(Saved data entries)
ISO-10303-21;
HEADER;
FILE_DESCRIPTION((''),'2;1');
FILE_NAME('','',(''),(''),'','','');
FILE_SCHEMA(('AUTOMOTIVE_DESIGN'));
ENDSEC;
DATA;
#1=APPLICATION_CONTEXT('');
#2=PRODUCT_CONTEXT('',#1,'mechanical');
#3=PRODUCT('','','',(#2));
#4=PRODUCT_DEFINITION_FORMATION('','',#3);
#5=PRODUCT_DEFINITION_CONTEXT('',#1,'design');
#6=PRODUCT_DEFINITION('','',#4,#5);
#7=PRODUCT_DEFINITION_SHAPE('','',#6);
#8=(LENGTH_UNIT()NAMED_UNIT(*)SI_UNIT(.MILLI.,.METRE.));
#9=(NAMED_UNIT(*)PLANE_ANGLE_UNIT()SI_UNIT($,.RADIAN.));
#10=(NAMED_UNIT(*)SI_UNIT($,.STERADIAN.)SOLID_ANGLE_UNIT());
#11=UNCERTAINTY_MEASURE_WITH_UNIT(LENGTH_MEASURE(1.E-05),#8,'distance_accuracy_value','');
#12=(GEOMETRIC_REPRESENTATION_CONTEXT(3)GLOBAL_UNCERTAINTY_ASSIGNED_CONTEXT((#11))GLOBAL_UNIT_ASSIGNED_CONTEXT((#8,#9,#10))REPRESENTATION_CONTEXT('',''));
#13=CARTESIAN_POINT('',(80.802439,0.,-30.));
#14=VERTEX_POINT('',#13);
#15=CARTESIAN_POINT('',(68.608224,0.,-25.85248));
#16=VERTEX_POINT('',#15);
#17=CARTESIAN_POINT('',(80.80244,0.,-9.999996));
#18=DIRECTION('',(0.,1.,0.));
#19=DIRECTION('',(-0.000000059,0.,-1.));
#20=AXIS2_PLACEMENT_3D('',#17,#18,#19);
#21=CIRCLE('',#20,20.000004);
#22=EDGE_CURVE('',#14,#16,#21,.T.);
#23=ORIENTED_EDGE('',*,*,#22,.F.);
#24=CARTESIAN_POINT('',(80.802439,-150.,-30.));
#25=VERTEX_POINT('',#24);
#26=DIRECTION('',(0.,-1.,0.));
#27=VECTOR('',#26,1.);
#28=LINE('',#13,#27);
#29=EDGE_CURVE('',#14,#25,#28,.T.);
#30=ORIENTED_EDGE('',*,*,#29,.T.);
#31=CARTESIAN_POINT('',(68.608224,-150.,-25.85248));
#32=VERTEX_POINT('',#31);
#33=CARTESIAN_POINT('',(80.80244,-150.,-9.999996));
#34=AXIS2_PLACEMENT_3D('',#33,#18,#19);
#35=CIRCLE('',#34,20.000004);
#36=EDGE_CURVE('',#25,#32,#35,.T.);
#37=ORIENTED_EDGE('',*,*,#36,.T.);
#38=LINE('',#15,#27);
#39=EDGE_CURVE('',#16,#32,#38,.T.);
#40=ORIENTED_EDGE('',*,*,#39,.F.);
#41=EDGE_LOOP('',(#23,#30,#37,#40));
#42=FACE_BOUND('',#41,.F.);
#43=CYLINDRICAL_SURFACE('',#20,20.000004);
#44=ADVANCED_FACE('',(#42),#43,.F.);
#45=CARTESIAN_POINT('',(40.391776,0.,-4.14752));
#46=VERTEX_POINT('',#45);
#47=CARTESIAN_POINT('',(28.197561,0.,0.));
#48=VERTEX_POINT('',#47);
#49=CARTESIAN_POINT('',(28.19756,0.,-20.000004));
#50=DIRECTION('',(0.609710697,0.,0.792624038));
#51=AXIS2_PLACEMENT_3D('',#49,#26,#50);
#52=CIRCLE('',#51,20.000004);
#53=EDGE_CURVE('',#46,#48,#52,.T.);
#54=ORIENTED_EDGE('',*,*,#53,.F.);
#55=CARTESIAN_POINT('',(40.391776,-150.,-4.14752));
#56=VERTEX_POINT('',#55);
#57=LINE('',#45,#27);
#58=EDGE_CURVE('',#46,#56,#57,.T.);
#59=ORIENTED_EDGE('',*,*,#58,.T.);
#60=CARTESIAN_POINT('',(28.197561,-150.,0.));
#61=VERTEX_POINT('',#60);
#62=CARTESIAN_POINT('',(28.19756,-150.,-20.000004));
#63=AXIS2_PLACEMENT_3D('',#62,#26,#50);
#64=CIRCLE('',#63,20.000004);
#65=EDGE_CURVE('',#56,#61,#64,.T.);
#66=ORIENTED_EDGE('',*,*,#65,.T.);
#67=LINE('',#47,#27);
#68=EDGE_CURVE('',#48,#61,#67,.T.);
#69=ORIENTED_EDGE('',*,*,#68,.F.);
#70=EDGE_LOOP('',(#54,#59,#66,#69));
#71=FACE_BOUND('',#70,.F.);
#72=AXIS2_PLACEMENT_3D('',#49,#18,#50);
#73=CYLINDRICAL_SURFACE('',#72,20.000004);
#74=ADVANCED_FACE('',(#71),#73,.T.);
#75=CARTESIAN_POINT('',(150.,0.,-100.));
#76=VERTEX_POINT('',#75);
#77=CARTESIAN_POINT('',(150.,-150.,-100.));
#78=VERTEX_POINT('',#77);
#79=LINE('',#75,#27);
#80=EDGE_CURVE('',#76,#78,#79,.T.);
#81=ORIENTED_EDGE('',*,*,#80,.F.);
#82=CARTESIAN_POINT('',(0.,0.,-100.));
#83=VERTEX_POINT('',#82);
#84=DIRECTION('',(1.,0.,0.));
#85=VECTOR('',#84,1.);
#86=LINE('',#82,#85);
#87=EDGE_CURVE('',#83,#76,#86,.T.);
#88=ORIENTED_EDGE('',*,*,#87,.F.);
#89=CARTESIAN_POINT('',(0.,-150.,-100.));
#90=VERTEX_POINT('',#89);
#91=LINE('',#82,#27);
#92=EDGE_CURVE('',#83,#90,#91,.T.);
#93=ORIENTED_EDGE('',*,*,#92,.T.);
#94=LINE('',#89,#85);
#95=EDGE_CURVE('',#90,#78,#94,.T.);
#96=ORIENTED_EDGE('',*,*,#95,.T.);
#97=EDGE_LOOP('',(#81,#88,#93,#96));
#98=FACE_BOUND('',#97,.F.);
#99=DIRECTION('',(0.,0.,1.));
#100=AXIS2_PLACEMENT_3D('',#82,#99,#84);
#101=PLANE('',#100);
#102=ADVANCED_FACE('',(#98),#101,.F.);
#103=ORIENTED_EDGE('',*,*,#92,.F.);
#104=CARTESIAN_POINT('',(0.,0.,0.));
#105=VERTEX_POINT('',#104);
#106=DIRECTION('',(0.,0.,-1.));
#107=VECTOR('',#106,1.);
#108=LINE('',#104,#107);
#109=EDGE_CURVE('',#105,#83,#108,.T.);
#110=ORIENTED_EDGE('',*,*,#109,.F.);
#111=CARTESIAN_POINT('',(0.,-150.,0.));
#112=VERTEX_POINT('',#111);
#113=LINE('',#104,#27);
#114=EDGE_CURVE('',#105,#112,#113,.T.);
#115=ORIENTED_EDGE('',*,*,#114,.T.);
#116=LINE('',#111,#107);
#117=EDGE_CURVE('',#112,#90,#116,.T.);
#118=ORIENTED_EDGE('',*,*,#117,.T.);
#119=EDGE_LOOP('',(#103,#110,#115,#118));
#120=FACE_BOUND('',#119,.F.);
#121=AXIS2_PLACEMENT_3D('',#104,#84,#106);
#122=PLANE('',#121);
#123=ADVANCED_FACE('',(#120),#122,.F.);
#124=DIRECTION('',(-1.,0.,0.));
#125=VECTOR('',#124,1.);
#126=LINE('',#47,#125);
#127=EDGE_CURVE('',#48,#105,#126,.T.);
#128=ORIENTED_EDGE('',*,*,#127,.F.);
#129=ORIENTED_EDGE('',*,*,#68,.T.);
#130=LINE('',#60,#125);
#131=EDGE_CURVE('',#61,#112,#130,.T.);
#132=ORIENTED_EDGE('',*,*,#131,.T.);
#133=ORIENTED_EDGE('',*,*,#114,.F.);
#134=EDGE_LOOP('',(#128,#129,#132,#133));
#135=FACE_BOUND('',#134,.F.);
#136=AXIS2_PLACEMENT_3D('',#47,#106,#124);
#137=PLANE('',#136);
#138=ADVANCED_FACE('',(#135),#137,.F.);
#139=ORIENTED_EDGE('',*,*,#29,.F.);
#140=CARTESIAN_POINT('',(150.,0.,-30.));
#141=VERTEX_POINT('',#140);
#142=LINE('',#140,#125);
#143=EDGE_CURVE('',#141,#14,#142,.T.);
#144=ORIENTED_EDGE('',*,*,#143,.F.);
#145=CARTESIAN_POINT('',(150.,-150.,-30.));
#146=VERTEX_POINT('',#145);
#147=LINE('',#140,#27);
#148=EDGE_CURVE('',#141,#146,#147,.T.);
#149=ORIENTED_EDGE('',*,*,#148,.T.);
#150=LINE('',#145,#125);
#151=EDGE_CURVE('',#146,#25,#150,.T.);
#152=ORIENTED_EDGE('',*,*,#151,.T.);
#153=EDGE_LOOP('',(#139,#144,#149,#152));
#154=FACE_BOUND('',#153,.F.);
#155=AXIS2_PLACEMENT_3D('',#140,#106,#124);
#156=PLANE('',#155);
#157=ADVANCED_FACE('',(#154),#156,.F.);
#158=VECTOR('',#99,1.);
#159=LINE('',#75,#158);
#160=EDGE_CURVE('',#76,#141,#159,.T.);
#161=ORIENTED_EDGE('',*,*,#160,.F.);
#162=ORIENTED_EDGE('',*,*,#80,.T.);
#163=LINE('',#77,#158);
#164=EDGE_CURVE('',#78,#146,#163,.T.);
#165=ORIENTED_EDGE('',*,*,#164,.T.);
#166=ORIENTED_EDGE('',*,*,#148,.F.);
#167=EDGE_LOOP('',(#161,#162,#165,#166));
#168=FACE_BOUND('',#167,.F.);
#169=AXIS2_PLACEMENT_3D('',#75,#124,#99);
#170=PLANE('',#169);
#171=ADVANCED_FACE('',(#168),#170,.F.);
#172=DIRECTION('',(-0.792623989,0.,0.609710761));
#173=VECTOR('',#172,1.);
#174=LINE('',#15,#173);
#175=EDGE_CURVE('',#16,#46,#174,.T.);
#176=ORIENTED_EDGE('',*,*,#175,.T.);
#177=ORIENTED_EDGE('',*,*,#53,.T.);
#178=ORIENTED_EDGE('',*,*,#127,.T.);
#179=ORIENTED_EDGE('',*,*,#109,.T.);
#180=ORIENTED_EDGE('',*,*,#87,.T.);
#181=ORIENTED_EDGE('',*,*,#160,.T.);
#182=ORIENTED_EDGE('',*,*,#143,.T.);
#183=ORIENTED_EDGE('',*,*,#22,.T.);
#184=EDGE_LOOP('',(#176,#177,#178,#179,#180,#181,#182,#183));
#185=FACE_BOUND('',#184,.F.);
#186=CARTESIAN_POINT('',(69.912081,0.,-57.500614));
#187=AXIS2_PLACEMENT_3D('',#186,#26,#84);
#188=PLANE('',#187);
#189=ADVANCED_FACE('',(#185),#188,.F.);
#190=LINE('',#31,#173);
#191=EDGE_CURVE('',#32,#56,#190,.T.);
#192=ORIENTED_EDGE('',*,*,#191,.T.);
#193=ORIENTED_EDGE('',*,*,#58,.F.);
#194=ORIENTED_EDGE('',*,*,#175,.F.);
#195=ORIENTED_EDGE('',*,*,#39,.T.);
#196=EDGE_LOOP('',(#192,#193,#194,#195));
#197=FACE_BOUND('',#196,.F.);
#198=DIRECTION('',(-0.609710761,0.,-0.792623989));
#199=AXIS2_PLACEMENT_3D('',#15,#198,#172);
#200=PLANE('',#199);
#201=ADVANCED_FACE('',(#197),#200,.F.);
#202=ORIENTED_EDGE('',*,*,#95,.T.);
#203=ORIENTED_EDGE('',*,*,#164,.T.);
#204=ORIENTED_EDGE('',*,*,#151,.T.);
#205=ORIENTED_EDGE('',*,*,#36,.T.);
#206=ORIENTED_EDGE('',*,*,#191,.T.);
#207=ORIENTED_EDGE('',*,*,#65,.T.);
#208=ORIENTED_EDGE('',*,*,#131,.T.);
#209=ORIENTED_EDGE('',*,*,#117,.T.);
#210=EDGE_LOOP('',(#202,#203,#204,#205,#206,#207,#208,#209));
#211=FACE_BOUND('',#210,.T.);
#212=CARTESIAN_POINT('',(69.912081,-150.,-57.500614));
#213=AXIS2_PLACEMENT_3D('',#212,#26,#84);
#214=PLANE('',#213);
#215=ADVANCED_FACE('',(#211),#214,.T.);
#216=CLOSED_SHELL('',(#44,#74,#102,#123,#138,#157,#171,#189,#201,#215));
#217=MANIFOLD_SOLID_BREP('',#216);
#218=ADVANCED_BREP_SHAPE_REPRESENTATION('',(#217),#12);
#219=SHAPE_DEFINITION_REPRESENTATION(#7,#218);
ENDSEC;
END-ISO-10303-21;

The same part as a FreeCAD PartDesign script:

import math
import FreeCAD as App
import Part
import Sketcher

V = App.Vector
Q = App.Units.Quantity

doc = App.newDocument("Part")
body = doc.addObject("PartDesign::Body", "Body")

# Sketch on XZ plane
sketch1 = body.newObject("Sketcher::SketchObject", "Sketch")
sketch1.AttachmentSupport = (doc.getObject("XZ_Plane"), [""])
sketch1.MapMode = "FlatFace"
sketch1.addGeometry([
    Part.LineSegment(V(28, 0, 0), V(0, 0, 0)),  # 0
    Part.LineSegment(V(0, 0, 0), V(0, -100, 0)),  # 1
    Part.LineSegment(V(0, -100, 0), V(150, -100, 0)),  # 2
    Part.LineSegment(V(150, -100, 0), V(150, -30, 0)),  # 3
    Part.LineSegment(V(150, -30, 0), V(81, -30, 0)),  # 4
    Part.ArcOfCircle(Part.Circle(V(81, -10, 0), V(0, 0, 1), 20), math.radians(-128), math.radians(-90)),  # 5
    Part.LineSegment(V(69, -26, 0), V(40, -4, 0)),  # 6
    Part.ArcOfCircle(Part.Circle(V(28, -20, 0), V(0, 0, 1), 20), math.radians(52), math.radians(90)),  # 7
], False)
sketch1.addConstraint([
    Sketcher.Constraint("Coincident", 0, 2, 1, 1),
    Sketcher.Constraint("Coincident", 1, 2, 2, 1),
    Sketcher.Constraint("Coincident", 2, 2, 3, 1),
    Sketcher.Constraint("Coincident", 3, 2, 4, 1),
    Sketcher.Constraint("Tangent", 4, 2, 5, 2),
    Sketcher.Constraint("Tangent", 5, 1, 6, 1),
    Sketcher.Constraint("Tangent", 6, 2, 7, 1),
    Sketcher.Constraint("Tangent", 7, 2, 0, 1),
    Sketcher.Constraint("Horizontal", 0),
    Sketcher.Constraint("Vertical", 1),
    Sketcher.Constraint("Horizontal", 2),
    Sketcher.Constraint("Vertical", 3),
    Sketcher.Constraint("Horizontal", 4),
    Sketcher.Constraint("Coincident", 0, 2, -1, 1),
    Sketcher.Constraint("Equal", 5, 7),
    Sketcher.Constraint("DistanceX", 2, 1, 2, 2, Q("150 mm")),
    Sketcher.Constraint("DistanceY", 1, 2, 1, 1, Q("100 mm")),
    Sketcher.Constraint("DistanceY", 3, 1, 3, 2, Q("70 mm")),
    Sketcher.Constraint("Radius", 5, Q("20.000004 mm")),
    Sketcher.Constraint("DistanceX", 0, 2, 0, 1, Q("28.197561 mm")),
    Sketcher.Constraint("DistanceX", 4, 2, 4, 1, Q("69.197561 mm")),
])
pad1 = body.newObject("PartDesign::Pad", "Pad")
pad1.Profile = sketch1
pad1.Length = 150

doc.recompute()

- TASK GOAL -
Return word for word the lines above from the line with "#151=EDGE_CURVE('',#146,#25,#150,.T.);" to the line with "#160=EDGE_CURVE('',#76,#141,#159,.T.);", including both and leaving out all others.

- COMPLETED TASK -
#151=EDGE_CURVE('',#146,#25,#150,.T.);
#152=ORIENTED_EDGE('',*,*,#151,.T.);
#153=EDGE_LOOP('',(#139,#144,#149,#152));
#154=FACE_BOUND('',#153,.F.);
#155=AXIS2_PLACEMENT_3D('',#140,#106,#124);
#156=PLANE('',#155);
#157=ADVANCED_FACE('',(#154),#156,.F.);
#158=VECTOR('',#99,1.);
#159=LINE('',#75,#158);
#160=EDGE_CURVE('',#76,#141,#159,.T.);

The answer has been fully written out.